Hunting, trapping, fishing, flying airplanes…that’s what I love. I’m walking the same trails my great-grandfather, and possibly his father, have walked. I wanna enjoy it while I’m young.
Becky Broderick: Recently relocated from Whitehorse, she works in the field of mental health and wellness in Lutselk’e, NWT.
1. Why did you and your husband, Dene, move back to Lutselk’e?
We wanted to spend time with Dene’s grandparents—they’re elders, and we want our daughter, Thi, to know them and learn from them. And we felt like we were becoming disconnected from the land, living in Whitehorse. Here, there is no separation between you and the wild. The wild comes at you, whether you want it to or not, whether you’re ready or not.
2. What’s been one of the hardest things that you’ve had to learn?
I was very afraid of the dark, growing up in Orillia, Ont. But in the North, it’s dark all the time. So I had to learn to do everything in the dark. Get water in the dark. Chop wood in the dark. Travel in the dark.
3. What do you use your dog team for?
We use them to get wood, haul water, go hunting, run the trapline. They’re not the same breed as racing dogs. They need to do different things than racing dogs do. Their minds are different. They’ll look back at me if I’m not running up a hill, and I swear they’re telling me, “Get off your ass, lady.”
Famous Canadian Cottagers: Mark McEwan
“Pike” Mike Harrison: An expert angler, originally from Calgary, who now spends most of the year solo at Blackstone Estate, his off-grid homestead near the Lower Liard River, NWT.
1. What’s the most important skill to have for someone living in your situation?
There are so many. It’s difficult to choose one. And personality characteristics are just as crucial. A mindset that makes you capable of living off the land: thinking on your feet at all times, and having a will to survive. But, this afternoon, it’s the skills of bucking and splitting firewood, and gathering water, that are most important!
2. You work as a fishing guide in the summer. Does it feel strange to be around people when you spend so much time alone?

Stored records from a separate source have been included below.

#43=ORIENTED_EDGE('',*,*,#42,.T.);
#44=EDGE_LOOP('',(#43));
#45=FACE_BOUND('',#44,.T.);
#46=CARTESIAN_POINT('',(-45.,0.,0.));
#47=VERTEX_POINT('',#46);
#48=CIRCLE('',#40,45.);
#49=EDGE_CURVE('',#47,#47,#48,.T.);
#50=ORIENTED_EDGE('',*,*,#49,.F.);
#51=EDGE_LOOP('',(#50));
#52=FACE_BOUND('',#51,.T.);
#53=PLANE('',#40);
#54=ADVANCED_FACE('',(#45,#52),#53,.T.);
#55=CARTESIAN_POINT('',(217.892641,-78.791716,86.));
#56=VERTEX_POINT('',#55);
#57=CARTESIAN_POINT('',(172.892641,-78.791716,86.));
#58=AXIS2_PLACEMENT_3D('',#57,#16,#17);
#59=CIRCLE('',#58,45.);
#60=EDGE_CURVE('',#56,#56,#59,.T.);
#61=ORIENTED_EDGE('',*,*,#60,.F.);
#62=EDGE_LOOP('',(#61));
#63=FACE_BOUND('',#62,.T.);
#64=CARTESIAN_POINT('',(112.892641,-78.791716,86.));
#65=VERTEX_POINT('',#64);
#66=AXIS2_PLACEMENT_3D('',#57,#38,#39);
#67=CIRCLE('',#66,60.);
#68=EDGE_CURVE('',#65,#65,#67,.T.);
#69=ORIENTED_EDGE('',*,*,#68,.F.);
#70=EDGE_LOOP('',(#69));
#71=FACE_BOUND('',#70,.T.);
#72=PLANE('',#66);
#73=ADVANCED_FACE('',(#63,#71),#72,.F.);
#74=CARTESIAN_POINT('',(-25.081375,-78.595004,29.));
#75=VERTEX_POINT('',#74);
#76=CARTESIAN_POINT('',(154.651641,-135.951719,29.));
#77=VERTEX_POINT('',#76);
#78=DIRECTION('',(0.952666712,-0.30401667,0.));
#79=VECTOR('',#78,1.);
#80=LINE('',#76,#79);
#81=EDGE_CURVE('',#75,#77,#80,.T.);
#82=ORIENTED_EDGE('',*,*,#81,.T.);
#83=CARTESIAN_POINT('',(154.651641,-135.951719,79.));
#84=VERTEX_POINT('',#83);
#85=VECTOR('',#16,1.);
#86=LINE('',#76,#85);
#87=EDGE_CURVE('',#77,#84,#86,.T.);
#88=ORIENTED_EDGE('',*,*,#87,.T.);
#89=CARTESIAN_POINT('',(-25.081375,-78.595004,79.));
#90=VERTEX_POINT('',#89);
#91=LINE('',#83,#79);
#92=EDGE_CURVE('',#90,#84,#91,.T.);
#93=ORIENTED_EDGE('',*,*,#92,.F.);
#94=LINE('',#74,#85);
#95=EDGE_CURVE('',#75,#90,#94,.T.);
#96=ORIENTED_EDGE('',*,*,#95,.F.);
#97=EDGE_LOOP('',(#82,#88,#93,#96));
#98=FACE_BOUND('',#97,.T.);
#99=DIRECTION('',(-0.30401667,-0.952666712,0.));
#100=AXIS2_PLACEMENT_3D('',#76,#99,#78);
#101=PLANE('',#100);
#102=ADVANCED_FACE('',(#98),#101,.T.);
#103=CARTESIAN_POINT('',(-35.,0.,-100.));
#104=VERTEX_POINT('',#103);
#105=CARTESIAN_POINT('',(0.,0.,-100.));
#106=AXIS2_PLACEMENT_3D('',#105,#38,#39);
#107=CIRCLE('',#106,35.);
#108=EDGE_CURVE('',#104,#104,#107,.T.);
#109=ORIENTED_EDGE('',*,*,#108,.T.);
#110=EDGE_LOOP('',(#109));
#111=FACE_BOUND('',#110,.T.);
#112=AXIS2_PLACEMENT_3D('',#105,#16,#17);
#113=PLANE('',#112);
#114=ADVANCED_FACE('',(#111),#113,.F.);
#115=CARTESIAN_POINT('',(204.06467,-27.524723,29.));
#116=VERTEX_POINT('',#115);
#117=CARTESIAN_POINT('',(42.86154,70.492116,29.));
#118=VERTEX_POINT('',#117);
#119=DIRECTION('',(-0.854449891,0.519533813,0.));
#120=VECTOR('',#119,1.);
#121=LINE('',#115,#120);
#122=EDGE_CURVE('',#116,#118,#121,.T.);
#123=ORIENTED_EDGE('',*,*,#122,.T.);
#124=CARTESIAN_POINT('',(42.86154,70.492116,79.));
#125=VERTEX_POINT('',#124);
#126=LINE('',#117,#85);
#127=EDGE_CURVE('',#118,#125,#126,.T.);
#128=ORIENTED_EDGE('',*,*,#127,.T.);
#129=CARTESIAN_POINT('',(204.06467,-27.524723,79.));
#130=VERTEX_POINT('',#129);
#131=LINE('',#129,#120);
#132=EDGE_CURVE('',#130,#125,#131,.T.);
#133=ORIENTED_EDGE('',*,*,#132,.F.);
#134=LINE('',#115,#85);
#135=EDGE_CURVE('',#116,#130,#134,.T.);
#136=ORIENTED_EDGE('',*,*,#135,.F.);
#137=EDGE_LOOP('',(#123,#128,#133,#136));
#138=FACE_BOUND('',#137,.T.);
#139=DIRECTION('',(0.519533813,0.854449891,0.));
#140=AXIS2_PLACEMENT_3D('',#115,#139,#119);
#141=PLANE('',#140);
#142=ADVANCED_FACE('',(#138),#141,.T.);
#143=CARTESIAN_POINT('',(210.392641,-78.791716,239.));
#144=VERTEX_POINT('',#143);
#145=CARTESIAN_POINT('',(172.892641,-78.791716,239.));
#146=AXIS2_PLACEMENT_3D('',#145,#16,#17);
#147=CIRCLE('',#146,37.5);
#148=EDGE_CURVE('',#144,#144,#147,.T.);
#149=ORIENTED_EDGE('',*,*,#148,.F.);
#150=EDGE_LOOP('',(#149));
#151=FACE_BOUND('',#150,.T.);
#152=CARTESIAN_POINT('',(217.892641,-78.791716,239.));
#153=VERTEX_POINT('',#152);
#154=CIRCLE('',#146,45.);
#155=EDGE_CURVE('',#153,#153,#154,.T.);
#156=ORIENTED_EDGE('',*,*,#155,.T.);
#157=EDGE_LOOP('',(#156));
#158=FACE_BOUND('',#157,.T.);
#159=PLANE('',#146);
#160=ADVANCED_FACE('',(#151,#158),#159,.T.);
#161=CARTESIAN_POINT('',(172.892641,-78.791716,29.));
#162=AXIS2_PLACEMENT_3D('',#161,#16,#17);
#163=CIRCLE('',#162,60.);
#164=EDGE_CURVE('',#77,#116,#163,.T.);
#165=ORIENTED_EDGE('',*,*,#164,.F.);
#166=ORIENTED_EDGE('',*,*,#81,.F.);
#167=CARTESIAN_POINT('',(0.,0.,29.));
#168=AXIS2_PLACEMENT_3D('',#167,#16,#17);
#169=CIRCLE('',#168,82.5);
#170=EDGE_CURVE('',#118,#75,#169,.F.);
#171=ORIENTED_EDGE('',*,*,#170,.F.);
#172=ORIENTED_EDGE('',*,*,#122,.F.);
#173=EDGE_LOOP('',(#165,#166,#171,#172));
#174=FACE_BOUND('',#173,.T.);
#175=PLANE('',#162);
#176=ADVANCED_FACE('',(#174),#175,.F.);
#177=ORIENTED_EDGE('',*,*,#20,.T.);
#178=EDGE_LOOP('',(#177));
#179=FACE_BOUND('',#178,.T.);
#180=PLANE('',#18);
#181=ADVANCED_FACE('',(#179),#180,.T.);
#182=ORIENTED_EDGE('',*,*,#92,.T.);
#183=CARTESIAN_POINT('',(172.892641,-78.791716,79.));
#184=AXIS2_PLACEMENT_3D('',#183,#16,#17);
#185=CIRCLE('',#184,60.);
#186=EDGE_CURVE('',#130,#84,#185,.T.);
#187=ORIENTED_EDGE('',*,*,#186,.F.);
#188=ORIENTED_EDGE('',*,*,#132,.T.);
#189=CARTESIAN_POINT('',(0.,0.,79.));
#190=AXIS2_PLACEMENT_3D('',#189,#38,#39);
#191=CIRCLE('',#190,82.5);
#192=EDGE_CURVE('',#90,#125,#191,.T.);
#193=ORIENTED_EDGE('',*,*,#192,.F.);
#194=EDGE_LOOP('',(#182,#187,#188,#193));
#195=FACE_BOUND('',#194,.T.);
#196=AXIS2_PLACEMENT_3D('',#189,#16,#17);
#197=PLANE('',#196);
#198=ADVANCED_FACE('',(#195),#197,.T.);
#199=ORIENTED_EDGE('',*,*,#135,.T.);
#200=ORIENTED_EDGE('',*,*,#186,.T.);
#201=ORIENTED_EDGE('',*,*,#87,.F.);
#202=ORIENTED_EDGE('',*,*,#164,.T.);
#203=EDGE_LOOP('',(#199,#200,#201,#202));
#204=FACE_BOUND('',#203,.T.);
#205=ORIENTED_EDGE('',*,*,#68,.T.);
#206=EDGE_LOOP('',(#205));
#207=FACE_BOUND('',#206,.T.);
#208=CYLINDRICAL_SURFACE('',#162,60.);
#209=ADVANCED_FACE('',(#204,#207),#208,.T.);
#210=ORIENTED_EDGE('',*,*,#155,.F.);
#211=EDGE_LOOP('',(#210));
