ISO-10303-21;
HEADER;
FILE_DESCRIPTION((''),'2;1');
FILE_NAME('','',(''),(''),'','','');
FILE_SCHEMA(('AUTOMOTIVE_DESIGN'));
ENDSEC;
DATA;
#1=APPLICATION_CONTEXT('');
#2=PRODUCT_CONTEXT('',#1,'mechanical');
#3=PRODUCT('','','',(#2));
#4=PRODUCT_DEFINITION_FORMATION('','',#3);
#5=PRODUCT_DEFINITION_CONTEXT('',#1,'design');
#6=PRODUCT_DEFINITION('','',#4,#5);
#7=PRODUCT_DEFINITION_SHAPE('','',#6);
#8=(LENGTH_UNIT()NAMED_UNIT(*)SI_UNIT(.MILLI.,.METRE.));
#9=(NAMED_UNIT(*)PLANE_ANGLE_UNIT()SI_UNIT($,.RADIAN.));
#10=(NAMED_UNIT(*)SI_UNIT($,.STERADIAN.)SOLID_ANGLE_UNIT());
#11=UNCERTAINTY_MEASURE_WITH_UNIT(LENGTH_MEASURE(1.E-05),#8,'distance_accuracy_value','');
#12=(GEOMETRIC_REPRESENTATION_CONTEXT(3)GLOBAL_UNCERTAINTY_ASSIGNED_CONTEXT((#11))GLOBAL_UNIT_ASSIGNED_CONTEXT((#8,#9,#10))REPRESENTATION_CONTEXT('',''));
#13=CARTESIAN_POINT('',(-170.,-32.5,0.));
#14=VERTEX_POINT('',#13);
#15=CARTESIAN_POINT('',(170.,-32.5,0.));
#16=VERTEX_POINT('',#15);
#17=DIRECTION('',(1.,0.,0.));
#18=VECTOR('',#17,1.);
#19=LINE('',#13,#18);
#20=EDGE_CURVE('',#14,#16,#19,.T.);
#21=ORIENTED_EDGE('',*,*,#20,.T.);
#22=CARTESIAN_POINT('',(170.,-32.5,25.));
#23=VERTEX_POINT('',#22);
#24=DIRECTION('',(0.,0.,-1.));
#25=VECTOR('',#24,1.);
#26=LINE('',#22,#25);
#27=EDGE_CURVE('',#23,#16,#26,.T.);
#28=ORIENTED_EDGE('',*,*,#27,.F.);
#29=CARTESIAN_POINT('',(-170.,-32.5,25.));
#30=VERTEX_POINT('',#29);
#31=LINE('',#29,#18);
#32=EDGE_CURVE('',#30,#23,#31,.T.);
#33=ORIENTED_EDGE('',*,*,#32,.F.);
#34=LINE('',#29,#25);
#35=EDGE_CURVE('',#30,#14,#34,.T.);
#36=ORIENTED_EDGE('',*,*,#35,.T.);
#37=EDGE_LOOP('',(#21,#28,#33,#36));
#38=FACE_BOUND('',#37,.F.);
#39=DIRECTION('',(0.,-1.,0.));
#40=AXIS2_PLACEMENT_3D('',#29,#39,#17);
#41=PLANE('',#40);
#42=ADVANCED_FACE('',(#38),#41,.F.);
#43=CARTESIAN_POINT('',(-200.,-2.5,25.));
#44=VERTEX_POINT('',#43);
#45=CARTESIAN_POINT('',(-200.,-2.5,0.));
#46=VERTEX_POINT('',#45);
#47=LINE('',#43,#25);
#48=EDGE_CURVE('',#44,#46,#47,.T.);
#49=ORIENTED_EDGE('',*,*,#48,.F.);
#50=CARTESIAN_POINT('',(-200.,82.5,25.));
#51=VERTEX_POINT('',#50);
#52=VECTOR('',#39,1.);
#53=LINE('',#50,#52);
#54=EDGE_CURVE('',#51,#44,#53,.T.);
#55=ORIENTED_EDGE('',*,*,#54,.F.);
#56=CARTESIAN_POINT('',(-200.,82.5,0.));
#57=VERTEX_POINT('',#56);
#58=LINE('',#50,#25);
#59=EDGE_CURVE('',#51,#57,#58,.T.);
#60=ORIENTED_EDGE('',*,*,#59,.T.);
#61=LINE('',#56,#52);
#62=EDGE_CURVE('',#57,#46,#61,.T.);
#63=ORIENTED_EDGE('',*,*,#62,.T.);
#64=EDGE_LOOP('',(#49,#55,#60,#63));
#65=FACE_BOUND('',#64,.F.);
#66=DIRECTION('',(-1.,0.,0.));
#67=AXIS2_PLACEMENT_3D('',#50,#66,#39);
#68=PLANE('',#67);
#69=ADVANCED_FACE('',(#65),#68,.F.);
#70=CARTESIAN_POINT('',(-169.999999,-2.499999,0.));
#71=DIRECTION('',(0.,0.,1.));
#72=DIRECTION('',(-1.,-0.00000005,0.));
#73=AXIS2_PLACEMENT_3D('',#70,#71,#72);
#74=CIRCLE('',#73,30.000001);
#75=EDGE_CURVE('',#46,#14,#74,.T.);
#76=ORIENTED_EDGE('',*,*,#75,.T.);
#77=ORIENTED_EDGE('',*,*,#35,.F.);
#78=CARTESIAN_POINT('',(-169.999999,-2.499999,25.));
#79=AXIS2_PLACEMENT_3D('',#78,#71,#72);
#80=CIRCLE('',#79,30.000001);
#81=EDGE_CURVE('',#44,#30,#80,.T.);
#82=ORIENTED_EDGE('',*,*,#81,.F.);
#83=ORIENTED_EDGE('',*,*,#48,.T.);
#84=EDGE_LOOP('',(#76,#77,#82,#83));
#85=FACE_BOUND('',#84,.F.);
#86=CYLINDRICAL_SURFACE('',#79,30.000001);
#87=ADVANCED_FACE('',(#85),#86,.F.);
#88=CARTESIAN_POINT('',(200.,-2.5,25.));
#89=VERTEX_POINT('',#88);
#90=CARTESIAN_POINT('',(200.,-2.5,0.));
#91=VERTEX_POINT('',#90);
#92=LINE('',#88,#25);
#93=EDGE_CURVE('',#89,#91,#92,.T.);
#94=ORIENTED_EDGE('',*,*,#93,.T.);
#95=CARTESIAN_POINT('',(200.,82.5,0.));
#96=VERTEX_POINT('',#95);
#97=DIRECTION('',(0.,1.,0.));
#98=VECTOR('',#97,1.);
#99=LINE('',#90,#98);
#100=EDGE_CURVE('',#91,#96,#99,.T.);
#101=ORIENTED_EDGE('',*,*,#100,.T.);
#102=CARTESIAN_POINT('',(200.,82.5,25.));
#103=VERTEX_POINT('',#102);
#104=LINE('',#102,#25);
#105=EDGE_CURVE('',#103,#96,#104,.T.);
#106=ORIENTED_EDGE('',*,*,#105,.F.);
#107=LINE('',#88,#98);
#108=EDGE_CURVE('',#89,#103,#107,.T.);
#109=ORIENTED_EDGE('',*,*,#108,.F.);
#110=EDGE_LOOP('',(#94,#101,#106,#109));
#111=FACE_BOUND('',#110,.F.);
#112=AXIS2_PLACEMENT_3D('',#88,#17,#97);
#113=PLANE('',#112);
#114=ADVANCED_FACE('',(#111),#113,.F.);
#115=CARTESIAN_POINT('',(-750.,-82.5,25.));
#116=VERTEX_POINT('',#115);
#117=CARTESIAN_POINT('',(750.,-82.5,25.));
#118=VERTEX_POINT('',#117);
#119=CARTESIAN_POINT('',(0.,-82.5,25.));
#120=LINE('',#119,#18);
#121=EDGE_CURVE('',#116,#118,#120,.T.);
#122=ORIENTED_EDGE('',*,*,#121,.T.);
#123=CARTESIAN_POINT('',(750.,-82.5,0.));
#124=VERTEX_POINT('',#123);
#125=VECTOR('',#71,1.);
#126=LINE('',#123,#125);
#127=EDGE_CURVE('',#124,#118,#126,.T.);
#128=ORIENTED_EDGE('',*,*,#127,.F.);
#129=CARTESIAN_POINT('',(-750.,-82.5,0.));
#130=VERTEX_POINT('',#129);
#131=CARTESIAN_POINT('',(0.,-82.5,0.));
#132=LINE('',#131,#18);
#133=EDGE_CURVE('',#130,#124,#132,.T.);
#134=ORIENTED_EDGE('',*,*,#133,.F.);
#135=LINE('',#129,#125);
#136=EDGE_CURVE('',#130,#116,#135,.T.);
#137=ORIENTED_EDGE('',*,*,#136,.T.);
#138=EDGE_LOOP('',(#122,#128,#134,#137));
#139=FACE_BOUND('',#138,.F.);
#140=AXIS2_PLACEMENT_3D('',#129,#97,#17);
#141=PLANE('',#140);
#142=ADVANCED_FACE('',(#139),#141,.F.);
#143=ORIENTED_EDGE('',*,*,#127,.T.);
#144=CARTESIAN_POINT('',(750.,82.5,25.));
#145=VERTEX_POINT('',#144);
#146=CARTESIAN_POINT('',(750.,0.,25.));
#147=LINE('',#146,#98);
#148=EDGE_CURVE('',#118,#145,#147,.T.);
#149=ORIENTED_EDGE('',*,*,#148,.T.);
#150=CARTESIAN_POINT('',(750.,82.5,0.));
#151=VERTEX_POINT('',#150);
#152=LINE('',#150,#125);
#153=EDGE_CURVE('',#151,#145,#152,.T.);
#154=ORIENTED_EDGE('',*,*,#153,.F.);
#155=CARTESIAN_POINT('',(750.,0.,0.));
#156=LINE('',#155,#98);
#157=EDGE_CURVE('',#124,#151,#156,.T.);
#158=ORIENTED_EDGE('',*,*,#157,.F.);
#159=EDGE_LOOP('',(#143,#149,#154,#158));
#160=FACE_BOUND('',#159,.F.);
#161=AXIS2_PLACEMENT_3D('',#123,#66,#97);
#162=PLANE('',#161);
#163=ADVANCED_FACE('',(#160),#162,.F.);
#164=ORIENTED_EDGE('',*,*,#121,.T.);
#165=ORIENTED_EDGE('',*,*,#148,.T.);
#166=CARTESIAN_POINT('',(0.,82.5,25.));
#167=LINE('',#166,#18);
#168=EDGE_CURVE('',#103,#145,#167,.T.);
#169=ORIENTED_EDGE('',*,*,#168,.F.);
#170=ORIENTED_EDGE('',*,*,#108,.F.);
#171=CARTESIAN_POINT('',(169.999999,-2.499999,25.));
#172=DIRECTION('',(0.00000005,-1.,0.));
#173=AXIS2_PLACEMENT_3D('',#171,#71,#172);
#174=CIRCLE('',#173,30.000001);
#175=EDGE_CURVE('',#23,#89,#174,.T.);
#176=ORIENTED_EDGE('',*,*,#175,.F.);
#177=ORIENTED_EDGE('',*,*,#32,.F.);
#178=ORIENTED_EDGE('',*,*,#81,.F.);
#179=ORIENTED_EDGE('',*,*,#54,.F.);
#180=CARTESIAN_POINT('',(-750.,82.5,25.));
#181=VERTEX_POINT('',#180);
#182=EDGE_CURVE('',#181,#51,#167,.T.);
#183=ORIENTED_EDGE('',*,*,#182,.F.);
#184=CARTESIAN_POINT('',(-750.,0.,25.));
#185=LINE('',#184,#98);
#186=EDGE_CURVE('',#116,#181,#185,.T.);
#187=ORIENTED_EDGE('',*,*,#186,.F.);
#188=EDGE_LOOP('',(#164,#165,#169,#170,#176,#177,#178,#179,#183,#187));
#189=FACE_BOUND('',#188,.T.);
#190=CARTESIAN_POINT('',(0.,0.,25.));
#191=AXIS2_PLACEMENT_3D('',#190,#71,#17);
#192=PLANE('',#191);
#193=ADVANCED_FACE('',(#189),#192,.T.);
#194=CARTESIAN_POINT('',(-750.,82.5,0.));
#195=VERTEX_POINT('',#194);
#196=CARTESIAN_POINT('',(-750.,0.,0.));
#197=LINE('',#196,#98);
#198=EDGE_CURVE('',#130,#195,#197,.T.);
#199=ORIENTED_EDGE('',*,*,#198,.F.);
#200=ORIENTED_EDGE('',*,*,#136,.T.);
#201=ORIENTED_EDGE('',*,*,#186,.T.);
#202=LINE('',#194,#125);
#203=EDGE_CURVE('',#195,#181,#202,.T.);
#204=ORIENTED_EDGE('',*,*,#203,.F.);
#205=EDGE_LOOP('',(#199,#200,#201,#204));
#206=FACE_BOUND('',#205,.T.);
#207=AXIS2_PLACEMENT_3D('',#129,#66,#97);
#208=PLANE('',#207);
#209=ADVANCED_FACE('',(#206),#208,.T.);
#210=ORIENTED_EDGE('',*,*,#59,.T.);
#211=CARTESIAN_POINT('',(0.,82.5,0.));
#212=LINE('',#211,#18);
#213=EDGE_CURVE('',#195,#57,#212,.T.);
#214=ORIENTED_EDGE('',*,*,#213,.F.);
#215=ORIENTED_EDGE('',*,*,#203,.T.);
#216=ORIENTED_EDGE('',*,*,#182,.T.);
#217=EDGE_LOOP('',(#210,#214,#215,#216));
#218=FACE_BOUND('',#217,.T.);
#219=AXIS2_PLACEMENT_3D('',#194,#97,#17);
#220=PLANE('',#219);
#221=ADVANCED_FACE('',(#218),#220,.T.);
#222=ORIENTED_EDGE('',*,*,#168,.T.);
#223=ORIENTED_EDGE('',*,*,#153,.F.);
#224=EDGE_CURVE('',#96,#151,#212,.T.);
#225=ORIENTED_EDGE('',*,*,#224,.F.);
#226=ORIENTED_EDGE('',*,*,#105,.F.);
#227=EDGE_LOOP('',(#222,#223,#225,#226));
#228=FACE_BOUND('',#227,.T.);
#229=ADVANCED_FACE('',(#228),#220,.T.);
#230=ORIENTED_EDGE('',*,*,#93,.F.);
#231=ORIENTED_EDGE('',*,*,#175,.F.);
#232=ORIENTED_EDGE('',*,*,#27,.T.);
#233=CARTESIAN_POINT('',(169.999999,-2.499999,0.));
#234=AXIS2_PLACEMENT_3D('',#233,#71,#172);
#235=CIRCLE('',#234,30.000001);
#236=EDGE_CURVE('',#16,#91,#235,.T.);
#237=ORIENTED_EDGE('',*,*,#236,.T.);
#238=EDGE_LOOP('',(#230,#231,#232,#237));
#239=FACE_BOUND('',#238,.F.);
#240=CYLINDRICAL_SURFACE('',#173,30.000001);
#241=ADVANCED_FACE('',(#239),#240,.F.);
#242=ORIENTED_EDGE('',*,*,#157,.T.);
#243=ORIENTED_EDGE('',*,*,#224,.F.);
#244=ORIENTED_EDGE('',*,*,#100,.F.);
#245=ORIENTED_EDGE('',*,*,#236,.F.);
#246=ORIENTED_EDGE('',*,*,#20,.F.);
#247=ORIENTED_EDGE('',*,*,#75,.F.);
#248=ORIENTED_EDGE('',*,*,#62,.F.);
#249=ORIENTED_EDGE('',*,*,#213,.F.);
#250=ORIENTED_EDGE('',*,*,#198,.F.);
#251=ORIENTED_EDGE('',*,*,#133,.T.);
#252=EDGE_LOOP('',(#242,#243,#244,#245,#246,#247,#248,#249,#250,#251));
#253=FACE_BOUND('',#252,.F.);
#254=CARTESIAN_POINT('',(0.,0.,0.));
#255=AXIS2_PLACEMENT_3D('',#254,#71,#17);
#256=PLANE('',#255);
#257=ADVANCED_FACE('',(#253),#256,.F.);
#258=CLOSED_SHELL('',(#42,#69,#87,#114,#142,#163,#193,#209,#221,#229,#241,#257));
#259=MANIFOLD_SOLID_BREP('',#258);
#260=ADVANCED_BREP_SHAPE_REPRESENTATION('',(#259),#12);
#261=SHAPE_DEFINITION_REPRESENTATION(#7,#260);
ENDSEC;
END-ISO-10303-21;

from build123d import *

# Parameters (mm, degrees)
F0_W     = 1500
F0_H     = 165
F1_DEPTH = 25
F3_DEPTH = 25


with BuildPart() as f1:
    # F0 (on Top) → F1 (new body)
    with BuildSketch(Plane.XY):
        Rectangle(F0_W, F0_H)
    extrude(amount=F1_DEPTH)

    # F2 (on face) → F3 (cut, through all)
    with BuildSketch(Plane.XY.offset(25)):
        with BuildLine():
            Line((200, 82.5), (-200, 82.5))
            Line((-200, 82.5), (-200, -2.5))
            ThreePointArc((-200, -2.5), (-191.213203, -23.713203), (-170, -32.5))
            Line((-170, -32.5), (0, -32.5))
            Line((0, -32.5), (170, -32.5))
            ThreePointArc((170, -32.5), (191.213203, -23.713203), (200, -2.5))
            Line((200, -2.5), (200, 82.5))
        make_face()
    extrude(amount=-F3_DEPTH, mode=Mode.SUBTRACT)


solid = f1.part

I try to adapt to whatever environment I’m in. I was once a bartender seven nights a week at a hopping pub; I was in a band, playing sold-out rooms for four years; now, I’m no less fortunate to have a log lodge, hand-hewed out of the forest. I value the grounding that comes from alone time, but I like a balance of solitary and social time. I think everyone would do well to have that balance.

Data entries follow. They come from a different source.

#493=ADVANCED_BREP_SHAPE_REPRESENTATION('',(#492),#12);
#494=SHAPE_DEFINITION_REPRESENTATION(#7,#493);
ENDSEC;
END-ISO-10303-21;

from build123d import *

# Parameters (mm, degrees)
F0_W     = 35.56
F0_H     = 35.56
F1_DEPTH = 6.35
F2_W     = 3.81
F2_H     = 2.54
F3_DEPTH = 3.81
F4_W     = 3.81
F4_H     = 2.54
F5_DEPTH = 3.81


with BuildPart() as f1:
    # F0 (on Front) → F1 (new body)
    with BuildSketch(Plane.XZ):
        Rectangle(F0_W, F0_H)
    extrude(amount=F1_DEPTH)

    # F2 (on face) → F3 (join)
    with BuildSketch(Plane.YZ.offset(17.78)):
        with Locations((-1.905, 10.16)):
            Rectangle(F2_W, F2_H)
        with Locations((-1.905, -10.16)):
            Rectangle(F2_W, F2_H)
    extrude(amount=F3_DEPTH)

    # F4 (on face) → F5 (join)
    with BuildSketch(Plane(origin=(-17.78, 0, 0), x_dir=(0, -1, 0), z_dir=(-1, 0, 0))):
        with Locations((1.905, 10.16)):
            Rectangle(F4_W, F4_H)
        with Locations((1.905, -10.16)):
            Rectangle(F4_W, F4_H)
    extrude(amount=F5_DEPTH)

3. Where does your nickname come from?
Pike Mike? My old fishing pals used to call me Spike, but Pike was easier to say, so I dropped the “S” to lighten the load. I also go by Poisson Jacquard. Or Panther Martin. Call me whatever you like.
Pierre-Yves Duc & Kim Pasche: Swiss-born, they now work a trapline together in Silent Lake, Yukon, and are building a new cabin—for themselves and their families—after the original burned down in a 2017 forest fire.
1. What is it about living off-grid—and somewhere so remote—that appeals to each of you?
Pierre: I was always attracted to nature. I like the challenge and feel my best and healthiest when I’m in the bush. I like people, but not too many.
Kim: That’s always a struggle to explain. I’m very social. I studied archaeology and specialized in the last period of the Upper Paleolithic. My trapline isn’t a place to fulfill a simple lifestyle, it’s more like a laboratory for me. A place where we can still experiment with the lost ways to be human.
2. Describe the scariest situation that you’ve ever been in.
Pierre: Once, while hiking, I found myself between two black bears: a female in heat and an aggressive boar. And the boar did not like me being there. I managed to scare her away, and he followed.
Kim: Really, the bush doesn’t scare me. It can be easy, it can be hard…but it’s absolutely straightforward, all of the time.
3. If you had advice for someone who wanted to pursue the same kind of life as yours, what would it be?
Kim: Don’t do this to escape the modern world. Stay part of the world, and show the people you care for that it is possible to be happier than what our modern society promises us. There’s a saying among the First Nations who I get a chance to spend time with: Don’t move things. Let things move you.
Pierre: Don’t do it! Ha ha. Stay home and watch Life Below Zero Canada.